The ideal number of arguments for a function is zero (niladic). Next comes one (monadic), followed closely by two (dyadic). Three arguments (triadic) should be avoided where possible. More than three requires special justification and even then shouldn’t be used.

Arguments are difficult. They take a lot of conceptual power. Readers will need to interpret it each time they see an argument. Whatever the argument is, it forces you to know details on it that might not be needed.

From a testing perspective, the more arguments, the more things you need to test for.

Output arguments should not be a thing. Functions are expected to have IN arguments and return OUT a value.

Flag Arguments

Flag arguments are ugly. It loudly proclaims that the function does more than one thing. Instead, split the function into 2 functions with renderForTrue() and renderForFalse(). (<–For example)

Dyadic Functions

A function with 2 arguments is harder to understand than a monadic function. For example: writeField(name) is easier to understand than writeField(output-Stream, name)

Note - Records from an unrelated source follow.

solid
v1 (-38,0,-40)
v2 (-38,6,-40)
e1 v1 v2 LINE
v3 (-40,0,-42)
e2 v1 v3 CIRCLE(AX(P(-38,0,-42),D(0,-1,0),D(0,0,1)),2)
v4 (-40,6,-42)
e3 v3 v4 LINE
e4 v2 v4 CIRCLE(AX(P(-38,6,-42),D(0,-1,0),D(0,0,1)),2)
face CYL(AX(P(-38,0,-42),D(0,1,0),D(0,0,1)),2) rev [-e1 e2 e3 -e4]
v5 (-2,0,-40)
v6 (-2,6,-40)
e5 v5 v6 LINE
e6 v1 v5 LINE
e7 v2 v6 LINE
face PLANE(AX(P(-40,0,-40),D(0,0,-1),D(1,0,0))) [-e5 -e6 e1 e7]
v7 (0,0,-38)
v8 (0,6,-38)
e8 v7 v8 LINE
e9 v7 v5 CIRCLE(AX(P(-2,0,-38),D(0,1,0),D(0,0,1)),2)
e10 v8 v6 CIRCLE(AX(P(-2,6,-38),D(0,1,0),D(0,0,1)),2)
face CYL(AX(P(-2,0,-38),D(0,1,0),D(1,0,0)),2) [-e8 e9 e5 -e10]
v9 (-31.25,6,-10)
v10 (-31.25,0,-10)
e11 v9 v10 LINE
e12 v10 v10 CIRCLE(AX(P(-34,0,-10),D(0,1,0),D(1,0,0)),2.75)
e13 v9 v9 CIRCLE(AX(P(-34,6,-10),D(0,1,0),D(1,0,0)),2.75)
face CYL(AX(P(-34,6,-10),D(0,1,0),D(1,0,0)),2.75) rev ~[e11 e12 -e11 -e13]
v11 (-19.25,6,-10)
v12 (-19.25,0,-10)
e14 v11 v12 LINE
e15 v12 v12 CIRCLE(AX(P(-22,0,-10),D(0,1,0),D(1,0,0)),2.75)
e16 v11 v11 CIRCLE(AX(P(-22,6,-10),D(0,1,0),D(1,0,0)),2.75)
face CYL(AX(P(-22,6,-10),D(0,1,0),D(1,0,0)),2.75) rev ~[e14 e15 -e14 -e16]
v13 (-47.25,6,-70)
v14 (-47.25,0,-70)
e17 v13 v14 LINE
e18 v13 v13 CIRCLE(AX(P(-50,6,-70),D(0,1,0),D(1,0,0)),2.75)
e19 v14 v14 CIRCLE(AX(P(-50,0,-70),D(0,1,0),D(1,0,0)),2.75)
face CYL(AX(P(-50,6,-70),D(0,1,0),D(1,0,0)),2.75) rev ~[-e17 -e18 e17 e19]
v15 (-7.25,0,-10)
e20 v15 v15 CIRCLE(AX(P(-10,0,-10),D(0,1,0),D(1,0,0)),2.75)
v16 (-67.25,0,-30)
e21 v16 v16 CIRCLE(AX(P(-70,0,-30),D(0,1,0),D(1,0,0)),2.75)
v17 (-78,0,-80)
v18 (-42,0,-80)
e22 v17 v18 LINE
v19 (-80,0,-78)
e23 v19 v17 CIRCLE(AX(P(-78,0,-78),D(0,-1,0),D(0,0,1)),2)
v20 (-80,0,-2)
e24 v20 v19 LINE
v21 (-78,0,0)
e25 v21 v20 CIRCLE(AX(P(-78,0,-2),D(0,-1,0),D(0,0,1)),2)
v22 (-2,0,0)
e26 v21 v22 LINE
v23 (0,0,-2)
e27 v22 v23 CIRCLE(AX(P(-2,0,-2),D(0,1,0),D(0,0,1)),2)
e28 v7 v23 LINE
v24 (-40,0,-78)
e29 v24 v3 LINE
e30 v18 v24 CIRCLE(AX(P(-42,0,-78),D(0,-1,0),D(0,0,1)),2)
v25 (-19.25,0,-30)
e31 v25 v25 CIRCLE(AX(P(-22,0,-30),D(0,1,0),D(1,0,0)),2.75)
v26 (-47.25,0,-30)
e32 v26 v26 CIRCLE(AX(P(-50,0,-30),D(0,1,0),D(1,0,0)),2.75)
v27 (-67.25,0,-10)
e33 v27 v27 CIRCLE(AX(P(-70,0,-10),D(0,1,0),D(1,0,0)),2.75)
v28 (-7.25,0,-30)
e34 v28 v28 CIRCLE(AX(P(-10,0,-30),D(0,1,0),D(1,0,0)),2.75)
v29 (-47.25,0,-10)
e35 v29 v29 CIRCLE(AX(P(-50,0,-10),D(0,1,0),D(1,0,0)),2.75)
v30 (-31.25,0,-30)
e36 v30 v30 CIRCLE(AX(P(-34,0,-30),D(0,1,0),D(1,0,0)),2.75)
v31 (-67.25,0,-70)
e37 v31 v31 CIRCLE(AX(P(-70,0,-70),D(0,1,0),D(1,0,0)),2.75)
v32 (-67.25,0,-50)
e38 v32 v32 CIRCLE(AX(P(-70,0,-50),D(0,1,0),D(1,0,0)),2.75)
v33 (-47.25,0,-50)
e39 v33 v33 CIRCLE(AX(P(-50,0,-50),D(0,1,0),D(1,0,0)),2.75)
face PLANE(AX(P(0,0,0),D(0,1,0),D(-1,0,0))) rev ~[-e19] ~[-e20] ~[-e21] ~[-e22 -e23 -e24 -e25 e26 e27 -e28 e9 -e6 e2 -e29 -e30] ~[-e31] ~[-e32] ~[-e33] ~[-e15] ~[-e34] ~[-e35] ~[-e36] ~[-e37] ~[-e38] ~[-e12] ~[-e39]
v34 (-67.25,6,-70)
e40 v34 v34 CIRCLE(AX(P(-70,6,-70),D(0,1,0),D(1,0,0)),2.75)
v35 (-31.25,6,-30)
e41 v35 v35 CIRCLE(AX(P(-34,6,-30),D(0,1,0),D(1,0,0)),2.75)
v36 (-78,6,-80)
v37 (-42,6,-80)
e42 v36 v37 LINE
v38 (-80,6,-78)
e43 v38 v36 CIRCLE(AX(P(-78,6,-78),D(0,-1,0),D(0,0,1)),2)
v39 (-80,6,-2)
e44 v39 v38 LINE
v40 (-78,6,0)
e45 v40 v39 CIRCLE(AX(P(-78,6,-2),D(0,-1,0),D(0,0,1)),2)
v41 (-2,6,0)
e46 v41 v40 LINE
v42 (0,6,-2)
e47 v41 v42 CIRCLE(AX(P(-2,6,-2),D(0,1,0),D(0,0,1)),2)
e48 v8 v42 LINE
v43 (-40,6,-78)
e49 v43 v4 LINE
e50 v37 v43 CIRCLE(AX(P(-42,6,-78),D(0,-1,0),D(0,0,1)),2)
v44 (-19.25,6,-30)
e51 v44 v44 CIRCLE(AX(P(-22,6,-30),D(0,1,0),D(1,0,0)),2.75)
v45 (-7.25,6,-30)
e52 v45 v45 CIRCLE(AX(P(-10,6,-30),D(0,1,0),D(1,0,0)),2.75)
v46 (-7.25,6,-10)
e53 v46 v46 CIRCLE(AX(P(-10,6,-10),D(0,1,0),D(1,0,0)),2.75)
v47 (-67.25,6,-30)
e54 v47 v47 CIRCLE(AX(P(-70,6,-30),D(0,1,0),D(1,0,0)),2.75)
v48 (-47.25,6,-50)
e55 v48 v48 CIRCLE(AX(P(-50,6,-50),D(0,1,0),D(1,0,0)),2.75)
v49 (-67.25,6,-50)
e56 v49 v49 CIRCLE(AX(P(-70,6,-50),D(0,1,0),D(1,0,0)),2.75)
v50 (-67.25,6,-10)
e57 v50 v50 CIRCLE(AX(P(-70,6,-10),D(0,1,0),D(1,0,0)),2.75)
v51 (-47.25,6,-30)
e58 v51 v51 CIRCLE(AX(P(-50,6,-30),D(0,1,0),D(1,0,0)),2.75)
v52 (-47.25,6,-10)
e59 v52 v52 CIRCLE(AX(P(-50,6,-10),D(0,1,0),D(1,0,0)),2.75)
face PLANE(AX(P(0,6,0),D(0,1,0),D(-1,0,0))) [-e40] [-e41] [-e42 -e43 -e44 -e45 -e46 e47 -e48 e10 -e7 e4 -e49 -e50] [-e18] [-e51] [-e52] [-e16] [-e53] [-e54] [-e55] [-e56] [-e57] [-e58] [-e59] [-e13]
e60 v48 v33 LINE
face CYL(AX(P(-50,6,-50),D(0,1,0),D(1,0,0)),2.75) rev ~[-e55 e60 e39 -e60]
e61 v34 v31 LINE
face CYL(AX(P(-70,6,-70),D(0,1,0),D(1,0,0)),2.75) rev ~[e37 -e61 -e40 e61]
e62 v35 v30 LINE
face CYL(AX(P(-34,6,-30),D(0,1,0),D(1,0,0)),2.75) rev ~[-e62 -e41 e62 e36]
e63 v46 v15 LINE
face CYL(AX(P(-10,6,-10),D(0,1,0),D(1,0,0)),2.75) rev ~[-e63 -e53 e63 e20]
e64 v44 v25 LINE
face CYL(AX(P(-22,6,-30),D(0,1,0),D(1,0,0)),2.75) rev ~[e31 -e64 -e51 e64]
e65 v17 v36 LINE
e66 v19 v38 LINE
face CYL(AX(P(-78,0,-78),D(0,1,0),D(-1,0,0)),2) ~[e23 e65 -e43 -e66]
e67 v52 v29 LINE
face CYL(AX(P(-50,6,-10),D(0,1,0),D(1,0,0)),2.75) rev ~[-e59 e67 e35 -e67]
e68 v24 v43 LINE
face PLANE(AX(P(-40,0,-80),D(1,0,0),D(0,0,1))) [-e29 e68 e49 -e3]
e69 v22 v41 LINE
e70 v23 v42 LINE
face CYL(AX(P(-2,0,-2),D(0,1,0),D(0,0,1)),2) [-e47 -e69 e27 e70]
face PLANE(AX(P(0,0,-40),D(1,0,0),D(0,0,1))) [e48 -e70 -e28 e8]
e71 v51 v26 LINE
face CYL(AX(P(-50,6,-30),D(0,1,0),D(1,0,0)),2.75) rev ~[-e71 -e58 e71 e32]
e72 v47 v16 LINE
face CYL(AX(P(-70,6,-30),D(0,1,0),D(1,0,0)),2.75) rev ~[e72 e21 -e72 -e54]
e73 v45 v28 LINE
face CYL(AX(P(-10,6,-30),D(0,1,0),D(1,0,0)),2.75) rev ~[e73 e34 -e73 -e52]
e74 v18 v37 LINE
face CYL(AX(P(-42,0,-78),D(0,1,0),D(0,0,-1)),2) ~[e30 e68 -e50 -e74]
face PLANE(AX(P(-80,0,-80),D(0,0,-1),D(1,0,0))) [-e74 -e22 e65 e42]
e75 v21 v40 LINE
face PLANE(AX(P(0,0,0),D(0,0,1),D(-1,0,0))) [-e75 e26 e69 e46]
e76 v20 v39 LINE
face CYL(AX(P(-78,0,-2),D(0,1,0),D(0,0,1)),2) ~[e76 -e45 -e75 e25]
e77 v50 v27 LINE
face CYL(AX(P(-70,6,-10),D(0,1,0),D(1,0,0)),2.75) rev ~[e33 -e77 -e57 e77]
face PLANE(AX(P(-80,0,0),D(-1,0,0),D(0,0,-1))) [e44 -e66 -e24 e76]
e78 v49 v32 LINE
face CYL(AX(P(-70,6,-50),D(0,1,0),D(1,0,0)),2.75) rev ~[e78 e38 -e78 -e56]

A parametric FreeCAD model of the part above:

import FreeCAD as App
import Part
import Sketcher
from FreeCAD import Vector


def edges_at(feature, points):
    """Names of the edges that pass closest to the given points."""
    edges = feature.Shape.Edges
    near = lambda p: min(range(len(edges)), key=lambda i: edges[i].distToShape(Part.Vertex(*p))[0])
    return sorted({f"Edge{near(p) + 1}" for p in points})

doc = App.newDocument("Part")
body = doc.addObject("PartDesign::Body", "Body")

# Sketch on XZ plane
sketch1 = body.newObject("Sketcher::SketchObject", "Sketch")
sketch1.AttachmentSupport = (doc.getObject("XZ_Plane"), [""])
sketch1.MapMode = "FlatFace"
sketch1.addGeometry([
    Part.LineSegment(Vector(0, 0, 0), Vector(0, -40, 0)),  # 0
    Part.LineSegment(Vector(0, -40, 0), Vector(-40, -40, 0)),  # 1
    Part.LineSegment(Vector(-40, -40, 0), Vector(-40, -80, 0)),  # 2
    Part.LineSegment(Vector(-40, -80, 0), Vector(-80, -80, 0)),  # 3
    Part.LineSegment(Vector(-80, -80, 0), Vector(-80, 0, 0)),  # 4
    Part.LineSegment(Vector(-80, 0, 0), Vector(0, 0, 0)),  # 5
], False)
sketch1.addConstraint([
    Sketcher.Constraint("Coincident", 0, 2, 1, 1),
    Sketcher.Constraint("Coincident", 1, 2, 2, 1),
    Sketcher.Constraint("Coincident", 2, 2, 3, 1),
    Sketcher.Constraint("Coincident", 3, 2, 4, 1),
    Sketcher.Constraint("Coincident", 4, 2, 5, 1),
    Sketcher.Constraint("Coincident", 5, 2, 0, 1),
    Sketcher.Constraint("Vertical", 0),
    Sketcher.Constraint("Horizontal", 1),
    Sketcher.Constraint("Vertical", 2),
    Sketcher.Constraint("Horizontal", 3),
    Sketcher.Constraint("Vertical", 4),
    Sketcher.Constraint("Horizontal", 5),
    Sketcher.Constraint("Coincident", 5, 2, -1, 1),
    Sketcher.Constraint("Equal", 1, 3),
    Sketcher.Constraint("Equal", 3, 0),
    Sketcher.Constraint("Equal", 0, 2),
    Sketcher.Constraint("DistanceX", 1, 2, 1, 1, 40.0),
])
pad1 = body.newObject("PartDesign::Pad", "Pad")
pad1.Profile = sketch1
pad1.Length = 6
pad1.Reversed = True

Though the meaning is clear for both, the first easily glide past your eyes, the second requires a short pause until you learn to ignore the first parameter… and that would eventually result in problems since we should never ignore code.

Triads

Functions that take three arguments are significantly harder to understand than dyads. The issues of ordering, pausing, and ignoring are more than doubled.
For example:
- assertEquals(message, expected, actual). How many times would you read message and thought it was expected?
- On the other hand, here is one that is not so bad: asserEquals(1.0, amount, .001). It still requires a double-take but it is worth taking and being reminded of equality of floating-point values.

Reduce the # of Arguments by Making Objects of Them

Consider the following:

Circle makeCircle (double x, double y, double radius);
Circle makeCircle (Point center, double radius);

Notice the second function call becomes a dyad versus a triad function.

Use Exceptions

Instead of throwing error messages, use exceptions.
Doing the try-catch statement is considered one thing, so have one function that is used to catch exceptions and the function that does the function inside it.

Have No Side Effects

Make sure the function only does one thing. Here’s another example.
checkPassword(String userName, String password)
- Since I don’t want to write out the whole function, take my word for it. Inside this function, there is a function call of “Session.Initialize()”
- This is the side effect of this function. A user could call it and not realize they would lose session data if called at the wrong time.
- One simple solution would be to call it checkPasswordAndInitializeSession, though this violates the “Do one thing”

Command Query Separation

Functions should either do something or answer something, but not both.
Either change the state of an object or return some information on the object.

Doing both often leads to confusion. Consider the following;

public boolean set(string attribute, string value);

This function sets the value of a named attribute and returns true or false depending on the success and if the attribute exists. This leads to this kind of strange code:

if (set("fullName", "Joe Smith"))...

Imagine from the point of the reader. What does this mean? It could mean they are checking that the attribute was assigned the correct value or it could be checking if the attribute exists or if the attribute was set to the value previously. It is unclear to the reader and it is hard to infer from the call.

Martin explains the best way to resolve this problem with this code:

if (attributeExists("fullName"){
     setAttribute("fullName", "Joe Smith");
....
}

Conclusion

When I write functions, they do not come out as clean-cut the first pass. After the atrocious code is written, I go back through and start refactoring to the specifications above the best I can. All of these ideas and rules take time to implement and practice. Remember, the functions are the verbs of the programming language with classes as the nouns. The goal of the programmer is to use their code to tell the story of the system, so the functions need to be written to fit cleanly together into a clear language to help with that storytelling.